DIRECTIONS FOR THIS TASK. Each line in the records below, from the one that contains "#494=ORIENTED_EDGE('',*,*,#289,.T.);" to the one that contains "Line((-18, 29.5), (-18, -33.5))", should be reproduced exactly, the first and last included.

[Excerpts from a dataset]
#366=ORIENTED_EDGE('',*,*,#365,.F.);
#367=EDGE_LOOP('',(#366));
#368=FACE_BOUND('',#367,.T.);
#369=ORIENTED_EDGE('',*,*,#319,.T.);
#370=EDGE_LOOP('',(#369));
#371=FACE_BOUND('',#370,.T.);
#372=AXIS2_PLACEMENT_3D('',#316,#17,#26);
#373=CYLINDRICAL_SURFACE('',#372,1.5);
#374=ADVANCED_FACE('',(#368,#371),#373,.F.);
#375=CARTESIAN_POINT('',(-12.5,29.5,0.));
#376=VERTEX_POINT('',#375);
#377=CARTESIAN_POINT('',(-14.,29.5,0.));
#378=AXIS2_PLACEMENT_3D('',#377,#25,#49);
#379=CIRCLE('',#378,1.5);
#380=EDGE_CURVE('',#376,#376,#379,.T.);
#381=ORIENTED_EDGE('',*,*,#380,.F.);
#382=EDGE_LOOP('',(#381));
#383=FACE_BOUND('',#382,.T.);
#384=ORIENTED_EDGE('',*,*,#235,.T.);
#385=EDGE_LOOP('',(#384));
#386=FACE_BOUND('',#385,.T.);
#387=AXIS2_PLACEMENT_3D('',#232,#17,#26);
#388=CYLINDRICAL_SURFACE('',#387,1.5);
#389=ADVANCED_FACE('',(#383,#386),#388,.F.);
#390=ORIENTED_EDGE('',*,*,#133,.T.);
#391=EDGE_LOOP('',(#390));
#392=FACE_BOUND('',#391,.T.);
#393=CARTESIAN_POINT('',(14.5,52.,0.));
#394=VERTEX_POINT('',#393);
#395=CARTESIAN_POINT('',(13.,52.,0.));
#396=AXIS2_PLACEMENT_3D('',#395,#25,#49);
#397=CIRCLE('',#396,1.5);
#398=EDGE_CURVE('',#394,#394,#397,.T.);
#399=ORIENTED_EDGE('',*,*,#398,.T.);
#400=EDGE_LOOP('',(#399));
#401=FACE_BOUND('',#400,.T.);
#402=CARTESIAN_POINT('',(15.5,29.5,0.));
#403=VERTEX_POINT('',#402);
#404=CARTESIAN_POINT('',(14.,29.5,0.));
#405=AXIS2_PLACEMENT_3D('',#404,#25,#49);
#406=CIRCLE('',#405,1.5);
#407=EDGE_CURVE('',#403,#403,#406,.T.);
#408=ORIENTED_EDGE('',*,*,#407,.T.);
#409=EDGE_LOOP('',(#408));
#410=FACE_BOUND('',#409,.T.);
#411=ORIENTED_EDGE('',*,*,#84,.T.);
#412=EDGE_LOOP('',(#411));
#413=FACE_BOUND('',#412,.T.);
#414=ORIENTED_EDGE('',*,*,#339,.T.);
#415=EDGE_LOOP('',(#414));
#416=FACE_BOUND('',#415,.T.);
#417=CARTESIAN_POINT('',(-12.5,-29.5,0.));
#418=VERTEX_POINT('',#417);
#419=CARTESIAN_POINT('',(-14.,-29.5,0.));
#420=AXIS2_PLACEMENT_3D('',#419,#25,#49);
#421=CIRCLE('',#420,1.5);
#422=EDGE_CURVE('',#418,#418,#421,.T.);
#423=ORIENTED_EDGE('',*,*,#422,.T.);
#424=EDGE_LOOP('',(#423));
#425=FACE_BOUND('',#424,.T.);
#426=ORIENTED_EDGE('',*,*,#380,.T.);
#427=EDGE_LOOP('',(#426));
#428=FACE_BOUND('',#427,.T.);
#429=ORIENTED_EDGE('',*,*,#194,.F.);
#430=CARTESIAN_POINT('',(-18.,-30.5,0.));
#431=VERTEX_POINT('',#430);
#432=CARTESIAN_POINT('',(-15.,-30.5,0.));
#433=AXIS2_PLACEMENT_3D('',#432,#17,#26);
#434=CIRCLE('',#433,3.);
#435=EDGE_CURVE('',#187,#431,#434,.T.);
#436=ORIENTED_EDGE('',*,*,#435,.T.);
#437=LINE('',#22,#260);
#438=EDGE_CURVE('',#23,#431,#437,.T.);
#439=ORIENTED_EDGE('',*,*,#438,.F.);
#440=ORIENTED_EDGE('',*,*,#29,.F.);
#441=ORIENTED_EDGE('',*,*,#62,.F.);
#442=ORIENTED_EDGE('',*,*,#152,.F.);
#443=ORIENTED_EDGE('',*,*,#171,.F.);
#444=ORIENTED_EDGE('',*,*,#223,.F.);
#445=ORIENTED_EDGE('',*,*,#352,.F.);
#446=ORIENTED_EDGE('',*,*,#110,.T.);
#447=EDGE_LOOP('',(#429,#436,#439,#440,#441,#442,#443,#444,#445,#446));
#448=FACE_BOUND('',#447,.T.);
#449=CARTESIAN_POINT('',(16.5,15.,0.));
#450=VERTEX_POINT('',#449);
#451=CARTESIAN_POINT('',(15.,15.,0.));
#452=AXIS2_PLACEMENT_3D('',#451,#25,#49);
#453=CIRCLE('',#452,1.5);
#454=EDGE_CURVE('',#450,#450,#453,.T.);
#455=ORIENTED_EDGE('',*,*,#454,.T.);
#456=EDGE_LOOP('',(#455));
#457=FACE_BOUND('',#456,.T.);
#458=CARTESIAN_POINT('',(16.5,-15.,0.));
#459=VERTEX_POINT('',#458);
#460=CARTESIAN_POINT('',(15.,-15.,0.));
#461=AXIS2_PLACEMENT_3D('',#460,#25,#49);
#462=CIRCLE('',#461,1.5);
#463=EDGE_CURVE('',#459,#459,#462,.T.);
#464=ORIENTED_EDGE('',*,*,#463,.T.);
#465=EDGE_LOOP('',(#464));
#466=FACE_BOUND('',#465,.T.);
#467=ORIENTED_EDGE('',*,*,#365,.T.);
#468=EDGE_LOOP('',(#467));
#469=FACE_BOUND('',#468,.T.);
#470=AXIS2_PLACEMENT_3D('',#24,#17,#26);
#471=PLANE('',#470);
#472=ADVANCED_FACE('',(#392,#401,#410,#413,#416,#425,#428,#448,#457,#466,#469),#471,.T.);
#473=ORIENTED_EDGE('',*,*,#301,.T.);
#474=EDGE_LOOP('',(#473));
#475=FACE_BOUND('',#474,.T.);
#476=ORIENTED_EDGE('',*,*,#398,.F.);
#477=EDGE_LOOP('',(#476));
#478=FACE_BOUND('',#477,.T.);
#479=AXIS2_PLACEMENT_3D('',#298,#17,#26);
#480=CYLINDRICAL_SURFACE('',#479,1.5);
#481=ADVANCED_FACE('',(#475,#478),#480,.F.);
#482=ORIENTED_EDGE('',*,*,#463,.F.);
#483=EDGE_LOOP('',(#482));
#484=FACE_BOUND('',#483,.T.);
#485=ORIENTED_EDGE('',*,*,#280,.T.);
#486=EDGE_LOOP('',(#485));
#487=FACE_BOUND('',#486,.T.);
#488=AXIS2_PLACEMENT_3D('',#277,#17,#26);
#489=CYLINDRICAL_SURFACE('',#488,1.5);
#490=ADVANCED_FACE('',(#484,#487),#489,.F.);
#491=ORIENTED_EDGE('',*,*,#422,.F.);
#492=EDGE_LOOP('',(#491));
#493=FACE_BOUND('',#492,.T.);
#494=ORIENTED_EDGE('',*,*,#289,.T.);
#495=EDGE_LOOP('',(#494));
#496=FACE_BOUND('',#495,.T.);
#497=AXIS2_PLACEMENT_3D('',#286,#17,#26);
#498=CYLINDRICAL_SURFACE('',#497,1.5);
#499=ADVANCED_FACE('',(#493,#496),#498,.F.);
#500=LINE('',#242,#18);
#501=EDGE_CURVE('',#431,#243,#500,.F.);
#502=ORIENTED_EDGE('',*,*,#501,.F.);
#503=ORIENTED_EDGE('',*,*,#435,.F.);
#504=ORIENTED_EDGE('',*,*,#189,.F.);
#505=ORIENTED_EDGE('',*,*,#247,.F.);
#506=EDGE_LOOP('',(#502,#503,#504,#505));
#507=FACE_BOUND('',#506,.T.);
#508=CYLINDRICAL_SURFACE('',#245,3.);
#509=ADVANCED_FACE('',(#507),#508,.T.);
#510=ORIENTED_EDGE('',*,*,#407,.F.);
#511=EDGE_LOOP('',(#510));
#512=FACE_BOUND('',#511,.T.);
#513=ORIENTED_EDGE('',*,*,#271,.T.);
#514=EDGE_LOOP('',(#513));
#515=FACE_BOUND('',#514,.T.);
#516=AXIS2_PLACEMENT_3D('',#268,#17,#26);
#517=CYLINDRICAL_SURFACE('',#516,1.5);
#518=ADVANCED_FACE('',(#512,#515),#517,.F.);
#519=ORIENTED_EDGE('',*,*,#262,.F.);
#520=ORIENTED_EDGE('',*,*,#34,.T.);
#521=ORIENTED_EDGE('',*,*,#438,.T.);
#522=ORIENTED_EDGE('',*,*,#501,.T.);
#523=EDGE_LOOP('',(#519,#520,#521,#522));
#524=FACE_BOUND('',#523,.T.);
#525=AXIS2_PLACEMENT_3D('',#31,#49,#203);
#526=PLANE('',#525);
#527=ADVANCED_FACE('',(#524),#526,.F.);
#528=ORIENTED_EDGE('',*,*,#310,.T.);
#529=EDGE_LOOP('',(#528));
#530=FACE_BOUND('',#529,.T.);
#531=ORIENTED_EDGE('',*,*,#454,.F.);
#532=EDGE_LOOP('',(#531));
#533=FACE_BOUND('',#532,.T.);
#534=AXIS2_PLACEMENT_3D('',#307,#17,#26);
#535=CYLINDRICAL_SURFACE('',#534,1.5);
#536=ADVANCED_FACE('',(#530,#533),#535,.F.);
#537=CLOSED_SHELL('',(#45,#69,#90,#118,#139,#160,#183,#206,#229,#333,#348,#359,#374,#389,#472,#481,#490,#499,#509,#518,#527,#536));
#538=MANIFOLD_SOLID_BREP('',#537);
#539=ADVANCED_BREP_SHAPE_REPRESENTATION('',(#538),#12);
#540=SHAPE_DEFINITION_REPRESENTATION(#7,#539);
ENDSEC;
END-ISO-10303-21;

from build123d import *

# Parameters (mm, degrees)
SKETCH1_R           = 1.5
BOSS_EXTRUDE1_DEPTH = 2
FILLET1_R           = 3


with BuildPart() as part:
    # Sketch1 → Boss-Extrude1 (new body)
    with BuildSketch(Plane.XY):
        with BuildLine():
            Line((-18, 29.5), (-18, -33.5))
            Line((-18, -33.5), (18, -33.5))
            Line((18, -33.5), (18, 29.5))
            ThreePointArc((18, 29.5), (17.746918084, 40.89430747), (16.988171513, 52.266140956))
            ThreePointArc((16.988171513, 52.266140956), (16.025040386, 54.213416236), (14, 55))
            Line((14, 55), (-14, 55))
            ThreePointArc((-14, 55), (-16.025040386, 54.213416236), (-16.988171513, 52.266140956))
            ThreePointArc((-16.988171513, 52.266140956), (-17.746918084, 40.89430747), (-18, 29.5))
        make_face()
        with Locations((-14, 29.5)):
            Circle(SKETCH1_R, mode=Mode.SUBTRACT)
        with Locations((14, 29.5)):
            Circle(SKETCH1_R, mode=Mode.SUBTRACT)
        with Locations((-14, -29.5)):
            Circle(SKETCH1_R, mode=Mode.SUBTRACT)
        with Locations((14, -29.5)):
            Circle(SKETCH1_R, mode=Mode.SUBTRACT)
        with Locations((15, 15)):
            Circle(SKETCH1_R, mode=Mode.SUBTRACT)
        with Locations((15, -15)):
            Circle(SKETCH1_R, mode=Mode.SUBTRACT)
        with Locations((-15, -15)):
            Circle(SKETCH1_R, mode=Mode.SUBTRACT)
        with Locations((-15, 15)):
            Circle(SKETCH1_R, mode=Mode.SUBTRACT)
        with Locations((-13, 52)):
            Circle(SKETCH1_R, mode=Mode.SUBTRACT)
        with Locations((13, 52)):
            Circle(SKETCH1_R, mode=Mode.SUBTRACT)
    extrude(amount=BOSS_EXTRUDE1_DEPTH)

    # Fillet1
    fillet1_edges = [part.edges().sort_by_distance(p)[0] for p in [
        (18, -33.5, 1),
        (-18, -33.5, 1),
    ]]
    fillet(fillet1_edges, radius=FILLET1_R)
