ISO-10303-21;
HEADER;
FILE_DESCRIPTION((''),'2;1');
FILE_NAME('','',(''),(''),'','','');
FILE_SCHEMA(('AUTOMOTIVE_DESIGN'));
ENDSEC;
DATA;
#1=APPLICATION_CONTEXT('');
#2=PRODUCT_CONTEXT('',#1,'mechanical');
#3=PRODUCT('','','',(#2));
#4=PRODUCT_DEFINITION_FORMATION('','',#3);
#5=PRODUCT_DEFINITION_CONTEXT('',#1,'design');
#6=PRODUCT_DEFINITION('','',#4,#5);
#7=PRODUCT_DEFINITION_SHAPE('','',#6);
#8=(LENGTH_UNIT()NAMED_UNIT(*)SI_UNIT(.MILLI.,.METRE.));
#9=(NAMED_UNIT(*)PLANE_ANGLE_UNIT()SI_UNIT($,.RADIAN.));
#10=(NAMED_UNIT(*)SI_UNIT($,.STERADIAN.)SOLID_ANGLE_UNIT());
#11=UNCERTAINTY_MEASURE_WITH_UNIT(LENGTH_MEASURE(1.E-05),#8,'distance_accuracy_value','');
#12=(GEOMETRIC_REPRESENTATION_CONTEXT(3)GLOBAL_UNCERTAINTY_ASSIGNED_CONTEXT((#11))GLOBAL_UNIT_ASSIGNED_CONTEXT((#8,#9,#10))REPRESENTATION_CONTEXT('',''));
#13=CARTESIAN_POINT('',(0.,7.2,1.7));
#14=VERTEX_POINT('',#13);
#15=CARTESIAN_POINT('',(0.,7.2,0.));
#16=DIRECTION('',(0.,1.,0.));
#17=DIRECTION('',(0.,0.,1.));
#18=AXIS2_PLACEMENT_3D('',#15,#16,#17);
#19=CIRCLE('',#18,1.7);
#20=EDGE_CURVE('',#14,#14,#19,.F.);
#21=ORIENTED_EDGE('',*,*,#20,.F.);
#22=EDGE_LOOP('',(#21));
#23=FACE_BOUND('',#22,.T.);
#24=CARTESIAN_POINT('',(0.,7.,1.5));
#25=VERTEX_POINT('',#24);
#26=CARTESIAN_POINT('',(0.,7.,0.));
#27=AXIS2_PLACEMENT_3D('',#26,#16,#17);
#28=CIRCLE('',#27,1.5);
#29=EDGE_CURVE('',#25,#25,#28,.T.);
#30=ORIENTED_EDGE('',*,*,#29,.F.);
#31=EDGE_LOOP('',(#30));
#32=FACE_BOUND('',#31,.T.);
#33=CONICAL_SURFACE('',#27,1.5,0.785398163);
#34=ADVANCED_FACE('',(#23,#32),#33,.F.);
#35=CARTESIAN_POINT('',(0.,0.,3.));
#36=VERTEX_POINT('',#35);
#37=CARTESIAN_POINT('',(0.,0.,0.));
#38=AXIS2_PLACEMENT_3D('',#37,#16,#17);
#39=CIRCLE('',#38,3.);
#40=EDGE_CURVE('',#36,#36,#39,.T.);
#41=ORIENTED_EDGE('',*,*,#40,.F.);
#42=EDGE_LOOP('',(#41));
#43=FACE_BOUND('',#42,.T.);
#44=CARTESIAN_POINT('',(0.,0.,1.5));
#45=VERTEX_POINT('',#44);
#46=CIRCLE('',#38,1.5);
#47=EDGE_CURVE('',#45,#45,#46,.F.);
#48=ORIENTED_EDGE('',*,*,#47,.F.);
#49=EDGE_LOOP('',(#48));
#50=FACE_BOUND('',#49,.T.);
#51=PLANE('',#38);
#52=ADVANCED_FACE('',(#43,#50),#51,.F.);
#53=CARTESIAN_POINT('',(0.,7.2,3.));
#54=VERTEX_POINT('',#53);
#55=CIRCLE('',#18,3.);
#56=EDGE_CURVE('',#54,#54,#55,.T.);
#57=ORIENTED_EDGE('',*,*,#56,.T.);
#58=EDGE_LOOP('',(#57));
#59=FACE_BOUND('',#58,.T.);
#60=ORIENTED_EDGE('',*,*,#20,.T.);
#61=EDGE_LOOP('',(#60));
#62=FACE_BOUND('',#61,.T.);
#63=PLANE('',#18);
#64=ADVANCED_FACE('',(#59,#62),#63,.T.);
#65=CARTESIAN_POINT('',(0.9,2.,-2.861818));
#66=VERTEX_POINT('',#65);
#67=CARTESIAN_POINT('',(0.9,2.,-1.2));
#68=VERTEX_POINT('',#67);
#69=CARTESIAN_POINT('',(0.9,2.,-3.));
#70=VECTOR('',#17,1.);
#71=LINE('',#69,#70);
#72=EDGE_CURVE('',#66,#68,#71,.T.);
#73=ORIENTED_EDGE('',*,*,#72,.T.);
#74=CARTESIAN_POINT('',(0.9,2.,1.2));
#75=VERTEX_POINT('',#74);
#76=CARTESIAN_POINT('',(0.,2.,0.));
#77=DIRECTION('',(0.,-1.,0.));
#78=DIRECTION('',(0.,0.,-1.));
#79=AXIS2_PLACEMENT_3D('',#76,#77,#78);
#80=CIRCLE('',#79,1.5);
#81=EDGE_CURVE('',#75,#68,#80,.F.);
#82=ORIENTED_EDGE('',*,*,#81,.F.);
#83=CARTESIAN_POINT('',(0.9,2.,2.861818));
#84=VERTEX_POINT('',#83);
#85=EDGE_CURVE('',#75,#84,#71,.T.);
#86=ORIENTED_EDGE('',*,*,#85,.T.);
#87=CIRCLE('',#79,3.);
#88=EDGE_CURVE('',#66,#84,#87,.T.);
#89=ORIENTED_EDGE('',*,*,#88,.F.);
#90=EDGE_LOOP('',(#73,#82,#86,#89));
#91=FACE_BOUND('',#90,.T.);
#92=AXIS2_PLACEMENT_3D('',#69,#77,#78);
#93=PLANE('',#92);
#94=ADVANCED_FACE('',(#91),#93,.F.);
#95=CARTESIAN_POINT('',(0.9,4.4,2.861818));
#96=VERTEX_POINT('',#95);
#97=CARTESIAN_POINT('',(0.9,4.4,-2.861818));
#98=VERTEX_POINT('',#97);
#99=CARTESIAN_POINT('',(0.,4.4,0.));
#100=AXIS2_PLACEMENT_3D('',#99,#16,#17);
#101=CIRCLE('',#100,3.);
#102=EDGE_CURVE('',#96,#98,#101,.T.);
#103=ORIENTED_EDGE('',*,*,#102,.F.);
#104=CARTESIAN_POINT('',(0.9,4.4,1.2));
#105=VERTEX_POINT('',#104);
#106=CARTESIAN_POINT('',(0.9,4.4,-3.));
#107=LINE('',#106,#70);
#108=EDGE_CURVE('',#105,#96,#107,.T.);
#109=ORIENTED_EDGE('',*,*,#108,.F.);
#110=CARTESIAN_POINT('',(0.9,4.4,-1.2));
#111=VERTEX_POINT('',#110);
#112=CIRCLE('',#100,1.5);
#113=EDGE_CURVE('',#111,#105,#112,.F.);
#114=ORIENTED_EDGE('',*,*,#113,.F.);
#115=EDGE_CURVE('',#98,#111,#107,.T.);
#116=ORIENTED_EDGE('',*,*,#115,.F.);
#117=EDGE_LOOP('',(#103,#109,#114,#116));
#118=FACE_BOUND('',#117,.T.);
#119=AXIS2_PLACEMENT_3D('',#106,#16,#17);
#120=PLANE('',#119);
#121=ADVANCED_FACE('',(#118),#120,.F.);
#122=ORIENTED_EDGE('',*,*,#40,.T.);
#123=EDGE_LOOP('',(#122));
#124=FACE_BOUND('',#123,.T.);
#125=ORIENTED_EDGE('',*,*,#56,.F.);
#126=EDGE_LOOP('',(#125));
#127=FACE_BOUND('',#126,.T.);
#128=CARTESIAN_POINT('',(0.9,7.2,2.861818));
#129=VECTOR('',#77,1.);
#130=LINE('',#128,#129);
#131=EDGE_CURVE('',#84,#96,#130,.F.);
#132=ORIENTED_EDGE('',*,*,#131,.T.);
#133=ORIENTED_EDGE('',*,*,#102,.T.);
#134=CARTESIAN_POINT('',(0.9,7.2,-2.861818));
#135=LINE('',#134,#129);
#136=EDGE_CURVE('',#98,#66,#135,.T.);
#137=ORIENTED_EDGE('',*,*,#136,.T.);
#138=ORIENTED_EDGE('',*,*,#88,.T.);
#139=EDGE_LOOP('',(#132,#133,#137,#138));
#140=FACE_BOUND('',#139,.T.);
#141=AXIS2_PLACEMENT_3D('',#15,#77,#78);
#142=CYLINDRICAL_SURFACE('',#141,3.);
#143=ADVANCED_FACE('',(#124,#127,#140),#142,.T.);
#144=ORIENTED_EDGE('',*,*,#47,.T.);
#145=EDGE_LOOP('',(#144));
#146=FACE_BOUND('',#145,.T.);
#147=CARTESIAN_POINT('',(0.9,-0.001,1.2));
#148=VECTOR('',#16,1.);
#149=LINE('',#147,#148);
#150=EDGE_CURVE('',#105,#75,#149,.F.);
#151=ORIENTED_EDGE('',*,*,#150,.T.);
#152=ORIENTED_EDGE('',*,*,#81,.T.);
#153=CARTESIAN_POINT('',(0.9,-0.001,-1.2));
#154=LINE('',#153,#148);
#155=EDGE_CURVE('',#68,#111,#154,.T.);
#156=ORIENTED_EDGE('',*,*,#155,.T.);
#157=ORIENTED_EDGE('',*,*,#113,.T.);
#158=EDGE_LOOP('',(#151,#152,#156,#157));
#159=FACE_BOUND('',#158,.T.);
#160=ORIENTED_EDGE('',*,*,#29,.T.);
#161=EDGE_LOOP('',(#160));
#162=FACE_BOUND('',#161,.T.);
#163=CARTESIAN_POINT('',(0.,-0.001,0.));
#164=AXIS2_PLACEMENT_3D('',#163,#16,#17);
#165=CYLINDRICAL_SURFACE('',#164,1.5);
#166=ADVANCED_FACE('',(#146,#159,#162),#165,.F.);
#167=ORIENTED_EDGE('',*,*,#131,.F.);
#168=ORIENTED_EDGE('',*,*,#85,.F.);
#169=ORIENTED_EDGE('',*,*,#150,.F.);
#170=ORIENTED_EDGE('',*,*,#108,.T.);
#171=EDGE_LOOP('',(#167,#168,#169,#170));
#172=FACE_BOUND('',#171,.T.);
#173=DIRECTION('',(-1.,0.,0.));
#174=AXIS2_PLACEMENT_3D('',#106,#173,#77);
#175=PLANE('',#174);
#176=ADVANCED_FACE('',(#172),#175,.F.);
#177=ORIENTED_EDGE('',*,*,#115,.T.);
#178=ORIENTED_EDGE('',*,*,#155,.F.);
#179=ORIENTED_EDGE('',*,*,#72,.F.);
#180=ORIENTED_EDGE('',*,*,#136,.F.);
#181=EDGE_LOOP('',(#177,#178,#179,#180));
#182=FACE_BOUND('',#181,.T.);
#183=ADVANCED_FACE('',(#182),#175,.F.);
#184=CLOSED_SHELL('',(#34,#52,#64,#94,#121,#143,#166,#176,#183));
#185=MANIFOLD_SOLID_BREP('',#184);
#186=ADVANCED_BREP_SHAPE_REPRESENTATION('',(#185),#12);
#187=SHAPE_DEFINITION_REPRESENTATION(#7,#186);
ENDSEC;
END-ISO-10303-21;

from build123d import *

# Parameters (mm, degrees)
SKETCH1_R               = 3
BOSS_EXTRUDE1_DEPTH     = 7.2
CUT_EXTRUDE1_REACH      = 9.2
SKETCH2_R               = 1.5
SKETCH3_W               = 2.1
SKETCH3_H               = 2.4
CUT_EXTRUDE2_DEPTH      = 4
CUT_EXTRUDE2_DEPTH_BACK = 4
CHAMFER1_SIZE           = 0.2


with BuildPart() as part:
    # Sketch1 → Boss-Extrude1 (new body)
    with BuildSketch(Plane(origin=(0, 0, 0), x_dir=(1, 0, 0), z_dir=(0, 1, 0))):
        Circle(SKETCH1_R)
    extrude(amount=BOSS_EXTRUDE1_DEPTH)

    # Sketch2 → Cut-Extrude1 (cut, up to next)
    with BuildSketch(Plane(origin=(0, 7.2, 0), x_dir=(1, 0, 0), z_dir=(0, 1, 0)), mode=Mode.PRIVATE) as cut_extrude1_sk1:
        Circle(SKETCH2_R)
    cut_extrude1_tool1 = extrude(cut_extrude1_sk1.sketch, amount=-CUT_EXTRUDE1_REACH, mode=Mode.PRIVATE) & part.part
    add(cut_extrude1_tool1.solids().sort_by_distance((0, 7.2, 0))[0], mode=Mode.SUBTRACT)

    # Sketch3 → Cut-Extrude2 (cut, two sides)
    with BuildSketch(Plane.XY) as cut_extrude2_sk:
        with Locations((1.95, 3.2)):
            Rectangle(SKETCH3_W, SKETCH3_H)
    extrude(amount=CUT_EXTRUDE2_DEPTH, mode=Mode.SUBTRACT)
    extrude(cut_extrude2_sk.sketch, amount=-CUT_EXTRUDE2_DEPTH_BACK, mode=Mode.SUBTRACT)

    # Chamfer1
    chamfer1_edges = [part.edges().sort_by_distance(p)[0] for p in [
        (-1.5, 7.2, 0),
    ]]
    chamfer(chamfer1_edges, length=CHAMFER1_SIZE)


solid = part.part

EXERCISE ANSWER.
#494=ORIENTED_EDGE('',*,*,#289,.T.);
#495=EDGE_LOOP('',(#494));
#496=FACE_BOUND('',#495,.T.);
#497=AXIS2_PLACEMENT_3D('',#286,#17,#26);
#498=CYLINDRICAL_SURFACE('',#497,1.5);
#499=ADVANCED_FACE('',(#493,#496),#498,.F.);
#500=LINE('',#242,#18);
#501=EDGE_CURVE('',#431,#243,#500,.F.);
#502=ORIENTED_EDGE('',*,*,#501,.F.);
#503=ORIENTED_EDGE('',*,*,#435,.F.);
#504=ORIENTED_EDGE('',*,*,#189,.F.);
#505=ORIENTED_EDGE('',*,*,#247,.F.);
#506=EDGE_LOOP('',(#502,#503,#504,#505));
#507=FACE_BOUND('',#506,.T.);
#508=CYLINDRICAL_SURFACE('',#245,3.);
#509=ADVANCED_FACE('',(#507),#508,.T.);
#510=ORIENTED_EDGE('',*,*,#407,.F.);
#511=EDGE_LOOP('',(#510));
#512=FACE_BOUND('',#511,.T.);
#513=ORIENTED_EDGE('',*,*,#271,.T.);
#514=EDGE_LOOP('',(#513));
#515=FACE_BOUND('',#514,.T.);
#516=AXIS2_PLACEMENT_3D('',#268,#17,#26);
#517=CYLINDRICAL_SURFACE('',#516,1.5);
#518=ADVANCED_FACE('',(#512,#515),#517,.F.);
#519=ORIENTED_EDGE('',*,*,#262,.F.);
#520=ORIENTED_EDGE('',*,*,#34,.T.);
#521=ORIENTED_EDGE('',*,*,#438,.T.);
#522=ORIENTED_EDGE('',*,*,#501,.T.);
#523=EDGE_LOOP('',(#519,#520,#521,#522));
#524=FACE_BOUND('',#523,.T.);
#525=AXIS2_PLACEMENT_3D('',#31,#49,#203);
#526=PLANE('',#525);
#527=ADVANCED_FACE('',(#524),#526,.F.);
#528=ORIENTED_EDGE('',*,*,#310,.T.);
#529=EDGE_LOOP('',(#528));
#530=FACE_BOUND('',#529,.T.);
#531=ORIENTED_EDGE('',*,*,#454,.F.);
#532=EDGE_LOOP('',(#531));
#533=FACE_BOUND('',#532,.T.);
#534=AXIS2_PLACEMENT_3D('',#307,#17,#26);
#535=CYLINDRICAL_SURFACE('',#534,1.5);
#536=ADVANCED_FACE('',(#530,#533),#535,.F.);
#537=CLOSED_SHELL('',(#45,#69,#90,#118,#139,#160,#183,#206,#229,#333,#348,#359,#374,#389,#472,#481,#490,#499,#509,#518,#527,#536));
#538=MANIFOLD_SOLID_BREP('',#537);
#539=ADVANCED_BREP_SHAPE_REPRESENTATION('',(#538),#12);
#540=SHAPE_DEFINITION_REPRESENTATION(#7,#539);
ENDSEC;
END-ISO-10303-21;

from build123d import *

# Parameters (mm, degrees)
SKETCH1_R           = 1.5
BOSS_EXTRUDE1_DEPTH = 2
FILLET1_R           = 3


with BuildPart() as part:
    # Sketch1 → Boss-Extrude1 (new body)
    with BuildSketch(Plane.XY):
        with BuildLine():
            Line((-18, 29.5), (-18, -33.5))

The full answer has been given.